The accused went free.

Of course, the releases were authorized by a District Judge, but Judge Britten, the $24,000 a year non-lawyer, signed the paperwork.

The job is performed through video conferencing. Judge Britten need never leave his office to inform a defendant of the charges lodged against him, or to sign off on legal process.

But there is a catch to which no one paid any attention over the period of 2009 until the present.

The Texas Constitution “prevents an individual from holding civil office of emolument at the same time,” according to Art. XVI, Sec. 40.

He will leave office as Jail Magistrate on January 1 in favor of the appointment of a licensed attorney following a recent act of the Legislature which requires that Jail Magistrates must be admitted to the bar and have privilege to practice law.

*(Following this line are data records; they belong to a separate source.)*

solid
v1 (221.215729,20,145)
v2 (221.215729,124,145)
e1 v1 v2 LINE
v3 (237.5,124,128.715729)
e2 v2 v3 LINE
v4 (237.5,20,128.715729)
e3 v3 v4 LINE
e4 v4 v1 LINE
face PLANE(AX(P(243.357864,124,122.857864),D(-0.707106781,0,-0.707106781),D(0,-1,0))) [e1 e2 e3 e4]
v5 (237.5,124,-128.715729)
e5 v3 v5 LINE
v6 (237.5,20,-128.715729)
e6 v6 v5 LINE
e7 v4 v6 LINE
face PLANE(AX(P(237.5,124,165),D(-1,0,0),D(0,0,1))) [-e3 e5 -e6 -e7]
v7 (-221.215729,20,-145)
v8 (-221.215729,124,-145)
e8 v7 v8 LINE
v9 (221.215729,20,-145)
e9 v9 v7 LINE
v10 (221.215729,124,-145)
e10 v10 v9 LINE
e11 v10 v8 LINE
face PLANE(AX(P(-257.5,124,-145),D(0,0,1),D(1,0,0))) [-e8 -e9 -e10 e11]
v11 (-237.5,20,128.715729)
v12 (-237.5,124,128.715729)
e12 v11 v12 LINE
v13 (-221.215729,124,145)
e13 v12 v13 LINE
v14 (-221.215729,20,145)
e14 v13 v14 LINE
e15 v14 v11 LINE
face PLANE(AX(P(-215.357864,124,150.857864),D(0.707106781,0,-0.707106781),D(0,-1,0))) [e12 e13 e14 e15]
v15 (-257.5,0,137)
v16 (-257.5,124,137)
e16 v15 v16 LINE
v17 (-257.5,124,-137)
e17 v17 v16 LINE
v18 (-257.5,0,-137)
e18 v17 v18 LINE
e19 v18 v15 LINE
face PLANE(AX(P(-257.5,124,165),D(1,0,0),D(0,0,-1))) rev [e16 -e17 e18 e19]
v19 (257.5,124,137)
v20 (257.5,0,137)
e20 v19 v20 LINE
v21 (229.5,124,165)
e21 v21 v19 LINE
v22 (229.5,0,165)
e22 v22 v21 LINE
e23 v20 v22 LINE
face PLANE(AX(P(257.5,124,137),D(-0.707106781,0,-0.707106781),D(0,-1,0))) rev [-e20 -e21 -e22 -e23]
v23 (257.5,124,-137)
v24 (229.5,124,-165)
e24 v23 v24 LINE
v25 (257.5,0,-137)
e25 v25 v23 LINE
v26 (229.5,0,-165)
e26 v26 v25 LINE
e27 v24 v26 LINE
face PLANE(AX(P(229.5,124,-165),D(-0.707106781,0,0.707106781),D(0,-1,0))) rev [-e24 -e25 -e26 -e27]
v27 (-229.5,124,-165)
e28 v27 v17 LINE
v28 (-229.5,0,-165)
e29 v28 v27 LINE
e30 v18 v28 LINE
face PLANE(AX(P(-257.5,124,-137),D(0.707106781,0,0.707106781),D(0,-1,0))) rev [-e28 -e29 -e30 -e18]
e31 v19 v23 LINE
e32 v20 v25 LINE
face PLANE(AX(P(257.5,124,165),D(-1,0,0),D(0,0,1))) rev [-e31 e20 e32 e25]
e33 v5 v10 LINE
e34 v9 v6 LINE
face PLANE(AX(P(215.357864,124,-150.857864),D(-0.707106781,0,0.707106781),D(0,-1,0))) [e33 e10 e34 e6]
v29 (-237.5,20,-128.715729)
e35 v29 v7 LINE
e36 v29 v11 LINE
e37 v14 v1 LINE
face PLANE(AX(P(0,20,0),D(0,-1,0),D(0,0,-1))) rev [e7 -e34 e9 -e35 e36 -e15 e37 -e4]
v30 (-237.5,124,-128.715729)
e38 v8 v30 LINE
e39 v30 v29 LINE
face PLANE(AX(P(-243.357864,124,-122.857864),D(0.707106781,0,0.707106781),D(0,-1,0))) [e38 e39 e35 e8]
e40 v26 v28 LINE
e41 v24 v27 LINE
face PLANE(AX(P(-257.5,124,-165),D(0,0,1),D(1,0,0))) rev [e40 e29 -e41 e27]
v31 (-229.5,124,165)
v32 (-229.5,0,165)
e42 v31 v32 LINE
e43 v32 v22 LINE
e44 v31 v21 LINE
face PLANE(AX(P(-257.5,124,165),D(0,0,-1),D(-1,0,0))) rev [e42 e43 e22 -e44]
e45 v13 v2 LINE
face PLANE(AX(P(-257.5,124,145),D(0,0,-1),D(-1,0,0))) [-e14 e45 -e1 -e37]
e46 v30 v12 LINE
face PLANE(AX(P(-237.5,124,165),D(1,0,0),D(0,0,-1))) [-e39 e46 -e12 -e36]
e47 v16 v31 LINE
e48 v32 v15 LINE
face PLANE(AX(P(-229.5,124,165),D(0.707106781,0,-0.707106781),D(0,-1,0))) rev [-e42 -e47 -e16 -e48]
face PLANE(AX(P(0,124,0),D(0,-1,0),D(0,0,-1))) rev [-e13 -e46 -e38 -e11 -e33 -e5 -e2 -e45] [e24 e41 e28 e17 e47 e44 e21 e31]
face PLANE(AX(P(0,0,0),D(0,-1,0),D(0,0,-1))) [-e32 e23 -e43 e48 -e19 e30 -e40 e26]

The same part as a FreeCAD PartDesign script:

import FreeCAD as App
import Part
import Sketcher

V = App.Vector


def edges_at(feature, points):
    """Names of the edges that pass closest to the given points."""
    edges = feature.Shape.Edges
    near = lambda p: min(range(len(edges)), key=lambda i: edges[i].distToShape(Part.Vertex(*p))[0])
    return sorted({f"Edge{near(p) + 1}" for p in points})


def faces_at(feature, points):
    """Names of the faces that lie closest to the given points."""
    faces = feature.Shape.Faces
    near = lambda p: min(range(len(faces)), key=lambda i: faces[i].distToShape(Part.Vertex(*p))[0])
    return sorted({f"Face{near(p) + 1}" for p in points})


def add_polygon(sketch, points):
    """Adds a closed chain of lines whose ends are joined by coincident constraints."""
    first, n = sketch.GeometryCount, len(points)
    for a, b in zip(points, points[1:] + points[:1]):
        sketch.addGeometry(Part.LineSegment(App.Vector(*a, 0), App.Vector(*b, 0)), False)
    for i in range(n):
        sketch.addConstraint(Sketcher.Constraint("Coincident", first + i, 2, first + (i + 1) % n, 1))

doc = App.newDocument("Part")
body = doc.addObject("PartDesign::Body", "Body")

# Sketch on XZ plane
sketch1 = body.newObject("Sketcher::SketchObject", "Sketch")
sketch1.AttachmentSupport = (doc.getObject("XZ_Plane"), [""])
sketch1.MapMode = "FlatFace"
add_polygon(sketch1, [(-258, -165), (-258, 165), (258, 165), (258, -165)])  # lines 0-3
sketch1.addConstraint(Sketcher.Constraint("Vertical", 0))
sketch1.addConstraint(Sketcher.Constraint("Horizontal", 1))
sketch1.addConstraint(Sketcher.Constraint("Vertical", 2))
sketch1.addConstraint(Sketcher.Constraint("Horizontal", 3))
sketch1.addConstraint(Sketcher.Constraint("Symmetric", 0, 2, 2, 2, -1, 1))
sketch1.addConstraint(Sketcher.Constraint("DistanceX", 1, 1, 1, 2, 515.0))
sketch1.addConstraint(Sketcher.Constraint("DistanceY", 0, 1, 0, 2, 330.0))
pad1 = body.newObject("PartDesign::Pad", "Pad")
pad1.Profile = sketch1
pad1.Length = 124
pad1.Reversed = True
doc.recompute()

chamfer = body.newObject("PartDesign::Chamfer", "Chamfer")
chamfer.Base = (pad1, edges_at(pad1, [
    (257.5, 62, 165),
    (-257.5, 62, 165),
    (-257.5, 62, -165),
    (257.5, 62, -165),
]))
chamfer.Size = 28
doc.recompute()

thickness = body.newObject("PartDesign::Thickness", "Thickness")
thickness.Base = (chamfer, faces_at(chamfer, [(0, 124, 0)]))
thickness.Value = 20
thickness.Reversed = True
thickness.Join = "Intersection"

doc.recompute()
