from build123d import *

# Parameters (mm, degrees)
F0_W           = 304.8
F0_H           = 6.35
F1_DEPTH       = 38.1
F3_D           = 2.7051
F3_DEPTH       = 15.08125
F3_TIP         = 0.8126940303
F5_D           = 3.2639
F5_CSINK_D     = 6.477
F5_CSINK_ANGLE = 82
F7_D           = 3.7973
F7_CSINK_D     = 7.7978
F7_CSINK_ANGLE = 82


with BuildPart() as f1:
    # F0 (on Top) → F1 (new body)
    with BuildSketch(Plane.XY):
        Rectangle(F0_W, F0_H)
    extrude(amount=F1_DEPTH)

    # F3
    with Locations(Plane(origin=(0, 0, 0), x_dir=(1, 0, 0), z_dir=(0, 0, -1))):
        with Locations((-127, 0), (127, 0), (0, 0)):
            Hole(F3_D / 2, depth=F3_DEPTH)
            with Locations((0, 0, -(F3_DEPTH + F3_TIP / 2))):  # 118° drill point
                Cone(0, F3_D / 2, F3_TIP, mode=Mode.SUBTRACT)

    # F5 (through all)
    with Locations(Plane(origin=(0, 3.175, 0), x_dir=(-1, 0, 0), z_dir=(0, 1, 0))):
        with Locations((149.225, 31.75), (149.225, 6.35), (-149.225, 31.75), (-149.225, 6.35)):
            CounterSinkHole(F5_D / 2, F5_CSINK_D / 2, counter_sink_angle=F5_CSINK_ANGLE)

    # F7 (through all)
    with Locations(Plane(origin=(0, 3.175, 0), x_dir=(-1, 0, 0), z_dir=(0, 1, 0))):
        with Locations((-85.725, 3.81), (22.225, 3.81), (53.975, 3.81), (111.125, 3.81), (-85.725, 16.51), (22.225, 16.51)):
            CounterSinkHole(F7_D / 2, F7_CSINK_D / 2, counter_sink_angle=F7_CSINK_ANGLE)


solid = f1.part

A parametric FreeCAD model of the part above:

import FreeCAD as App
import Part
import Sketcher
from FreeCAD import Vector
Q = App.Units.Quantity

doc = App.newDocument("Part")
body = doc.addObject("PartDesign::Body", "Body")

# Sketch on XY plane
sketch1 = doc.addObject("Sketcher::SketchObject", "Sketch")
body.addObject(sketch1)
sketch1.AttachmentSupport = (doc.XY_Plane, [""])
sketch1.MapMode = "FlatFace"
sketch1.addGeometry([
    Part.LineSegment(Vector(-152.4, 3.175, 0), Vector(-152.4, -3.175, 0)),
    Part.LineSegment(Vector(-152.4, -3.175, 0), Vector(152.4, -3.175, 0)),
    Part.LineSegment(Vector(152.4, -3.175, 0), Vector(152.4, 3.175, 0)),
    Part.LineSegment(Vector(152.4, 3.175, 0), Vector(-152.4, 3.175, 0)),
], False)
sketch1.addConstraint([
    Sketcher.Constraint("Coincident", 0, 2, 1, 1),
    Sketcher.Constraint("Coincident", 1, 2, 2, 1),
    Sketcher.Constraint("Coincident", 2, 2, 3, 1),
    Sketcher.Constraint("Coincident", 3, 2, 0, 1),
    Sketcher.Constraint("Vertical", 0),
    Sketcher.Constraint("Horizontal", 1),
    Sketcher.Constraint("Vertical", 2),
    Sketcher.Constraint("Horizontal", 3),
    Sketcher.Constraint("Symmetric", 0, 2, 2, 2, -1, 1),
    Sketcher.Constraint("DistanceX", 1, 1, 1, 2, Q("12 in")),
    Sketcher.Constraint("DistanceY", 0, 2, 0, 1, Q("0.25 in")),
])
pad1 = doc.addObject("PartDesign::Pad", "Pad")
body.addObject(pad1)
pad1.Profile = sketch1
pad1.Length = Q("1.5 in")

# Sketch on XY plane
sketch2 = doc.addObject("Sketcher::SketchObject", "Sketch001")
body.addObject(sketch2)
sketch2.AttachmentSupport = (doc.XY_Plane, [""])
sketch2.MapMode = "FlatFace"
sketch2.addGeometry([
    Part.Circle(Vector(-127, 0, 0), Vector(0, 0, 1), 1.35255),
    Part.Circle(Vector(127, 0, 0), Vector(0, 0, 1), 1.35255),
    Part.Circle(Vector(0, 0, 0), Vector(0, 0, 1), 1.35255),
], False)
sketch2.addConstraint([
    Sketcher.Constraint("Coincident", 2, 3, -1, 1),
    Sketcher.Constraint("Equal", 0, 1),
    Sketcher.Constraint("Equal", 1, 2),
    Sketcher.Constraint("Symmetric", 0, 3, 1, 3, -1, 1),
    Sketcher.Constraint("PointOnObject", 0, 3, -1),
    Sketcher.Constraint("DistanceX", 0, 3, -1, 1, Q("5 in")),
    Sketcher.Constraint("Diameter", 0, Q("0.1065 in")),
])
doc.recompute()
hole = doc.addObject("PartDesign::Hole", "Hole")
body.addObject(hole)
hole.Profile = sketch2
hole.ThreadType = "None"
hole.Diameter = Q("0.1065 in")
hole.DepthType = "Dimension"
hole.Depth = Q("0.59375 in")
hole.DrillPoint = "Angled"
hole.DrillPointAngle = 118
hole.Reversed = True

# Sketch on XZ plane
sketch3 = doc.addObject("Sketcher::SketchObject", "Sketch002")
body.addObject(sketch3)
sketch3.AttachmentSupport = (doc.XZ_Plane, [""])
sketch3.MapMode = "FlatFace"
sketch3.AttachmentOffset = App.Placement(Vector(0, 0, -0.125 * 25.4), App.Rotation())
sketch3.addGeometry([
    Part.Circle(Vector(-149.225, 31.75, 0), Vector(0, 0, 1), 1.63195),
    Part.Circle(Vector(-149.225, 6.35, 0), Vector(0, 0, 1), 1.63195),
    Part.Circle(Vector(149.225, 31.75, 0), Vector(0, 0, 1), 1.63195),
    Part.Circle(Vector(149.225, 6.35, 0), Vector(0, 0, 1), 1.63195),
], False)
sketch3.addConstraint([
    Sketcher.Constraint("Equal", 0, 1),
    Sketcher.Constraint("Equal", 1, 2),
    Sketcher.Constraint("Equal", 2, 3),
    Sketcher.Constraint("Symmetric", 0, 3, 2, 3, -2),
    Sketcher.Constraint("Symmetric", 1, 3, 3, 3, -2),
    Sketcher.Constraint("Vertical", 0, 3, 1, 3),
    Sketcher.Constraint("DistanceY", 1, 3, 0, 3, Q("1 in")),
    Sketcher.Constraint("Diameter", 0, Q("0.1285 in")),
    Sketcher.Constraint("DistanceY", -1, 1, 0, 3, Q("1.25 in")),
    Sketcher.Constraint("DistanceX", 0, 3, 2, 3, Q("11.75 in")),
])
doc.recompute()
hole2 = doc.addObject("PartDesign::Hole", "Hole001")
body.addObject(hole2)
hole2.Profile = sketch3
hole2.ThreadType = "None"
hole2.Diameter = Q("0.1285 in")
hole2.DepthType = "ThroughAll"
hole2.HoleCutType = "Countersink"
hole2.HoleCutDiameter = Q("0.255 in")
hole2.HoleCutCountersinkAngle = 82
hole2.Reversed = True

# Sketch on XZ plane
sketch4 = doc.addObject("Sketcher::SketchObject", "Sketch003")
body.addObject(sketch4)
sketch4.AttachmentSupport = (doc.XZ_Plane, [""])
sketch4.MapMode = "FlatFace"
sketch4.AttachmentOffset = App.Placement(Vector(0, 0, -0.125 * 25.4), App.Rotation())
sketch4.addGeometry([
    Part.Circle(Vector(85.725, 3.81, 0), Vector(0, 0, 1), 1.89865),  # 0
    Part.Circle(Vector(-22.225, 3.81, 0), Vector(0, 0, 1), 1.89865),  # 1
    Part.Circle(Vector(-53.975, 3.81, 0), Vector(0, 0, 1), 1.89865),  # 2
    Part.Circle(Vector(-111.125, 3.81, 0), Vector(0, 0, 1), 1.89865),  # 3
    Part.Circle(Vector(85.725, 16.51, 0), Vector(0, 0, 1), 1.89865),  # 4
    Part.Circle(Vector(-22.225, 16.51, 0), Vector(0, 0, 1), 1.89865),  # 5
], False)
sketch4.addConstraint([
    Sketcher.Constraint("Equal", 0, 1),
    Sketcher.Constraint("Equal", 1, 2),
    Sketcher.Constraint("Equal", 2, 3),
    Sketcher.Constraint("Equal", 3, 4),
    Sketcher.Constraint("Equal", 4, 5),
    Sketcher.Constraint("Horizontal", 0, 3, 1, 3),
    Sketcher.Constraint("Horizontal", 1, 3, 2, 3),
    Sketcher.Constraint("Horizontal", 2, 3, 3, 3),
    Sketcher.Constraint("Horizontal", 4, 3, 5, 3),
    Sketcher.Constraint("Vertical", 0, 3, 4, 3),
    Sketcher.Constraint("Vertical", 1, 3, 5, 3),
    Sketcher.Constraint("Diameter", 0, Q("0.1495 in")),
    Sketcher.Constraint("DistanceX", 2, 3, 0, 3, Q("5.5 in")),
    Sketcher.Constraint("DistanceX", 3, 3, 1, 3, Q("3.5 in")),
    Sketcher.Constraint("DistanceY", 0, 3, 4, 3, Q("0.5 in")),
    Sketcher.Constraint("DistanceY", -1, 1, 0, 3, Q("0.15 in")),
    Sketcher.Constraint("DistanceX", 1, 3, 0, 3, Q("4.25 in")),
    Sketcher.Constraint("DistanceX", -1, 1, 0, 3, Q("3.375 in")),
])
doc.recompute()
hole3 = doc.addObject("PartDesign::Hole", "Hole002")
body.addObject(hole3)
hole3.Profile = sketch4
hole3.ThreadType = "None"
hole3.Diameter = Q("0.1495 in")
hole3.DepthType = "ThroughAll"
hole3.HoleCutType = "Countersink"
hole3.HoleCutDiameter = Q("0.307 in")
hole3.HoleCutCountersinkAngle = 82
hole3.Reversed = True

doc.recompute()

He could have been grandfathered and allowed to remain in office, but a committee of State District Judges with jurisdiction in McLennan County decided it would be best to replace him. He is of an age to retire.

The really interesting part of the non-opinion of Mr. Reyna and his Appellate Chief – one envisions a war bonnet and paint sported by a spear-chucking stone age aborigine – is that for the period of his – ah – emolument as a Jail Magistrate at $24,000 per annum, Judge Britten has been quituated from his multiple offices as a Municipal Judge within the confines of those Nutbush City Limits courts by the roadsides made out of rattlesnake hides.

Man, you could almost dance to that, hoss.

I'm on a roll.

What this means, no matter whether you have a card in your pocket that will allow you to file court papers, make promises or take money for legal representation, is that he effectively resigned his multiple positions as a Municipal Judge in the high speed world of misdemeanor adjudications at Moody on State Highway 317, Bruceville-Eddy on I-35, or Riesel on State Highway 6 on the day he accepted his new emolument as the Jail Magistrate.

Question: When offenders forfeited bond or entered pleas of guilt in those fair communities, to whom did they address their communications? According to the law, there was no one there – really. Certainly, there was no judge. He had resigned.

He was busy signing off on personal recognizance releases and bond forms when the pawn brokers and insurance cats went off all those players' bonds and the local gen d'armes had to rearrest them and haul their hides down to the hoosegow.

Such a deal. They call it life on the installment plan. Big money in the wind, many flags unfurled, etc.

I am thereby inspired.

Incidentally, according to cost-conscious Precinct 1 Commissioner Kelly Snell, each and every public information act request generated by Legendary Reporter R.S. Gates and The Legendary Jim Parks costs taxpayers an average of $50.

Oh, dear.

Mr. Snell is a noted efficiency expert.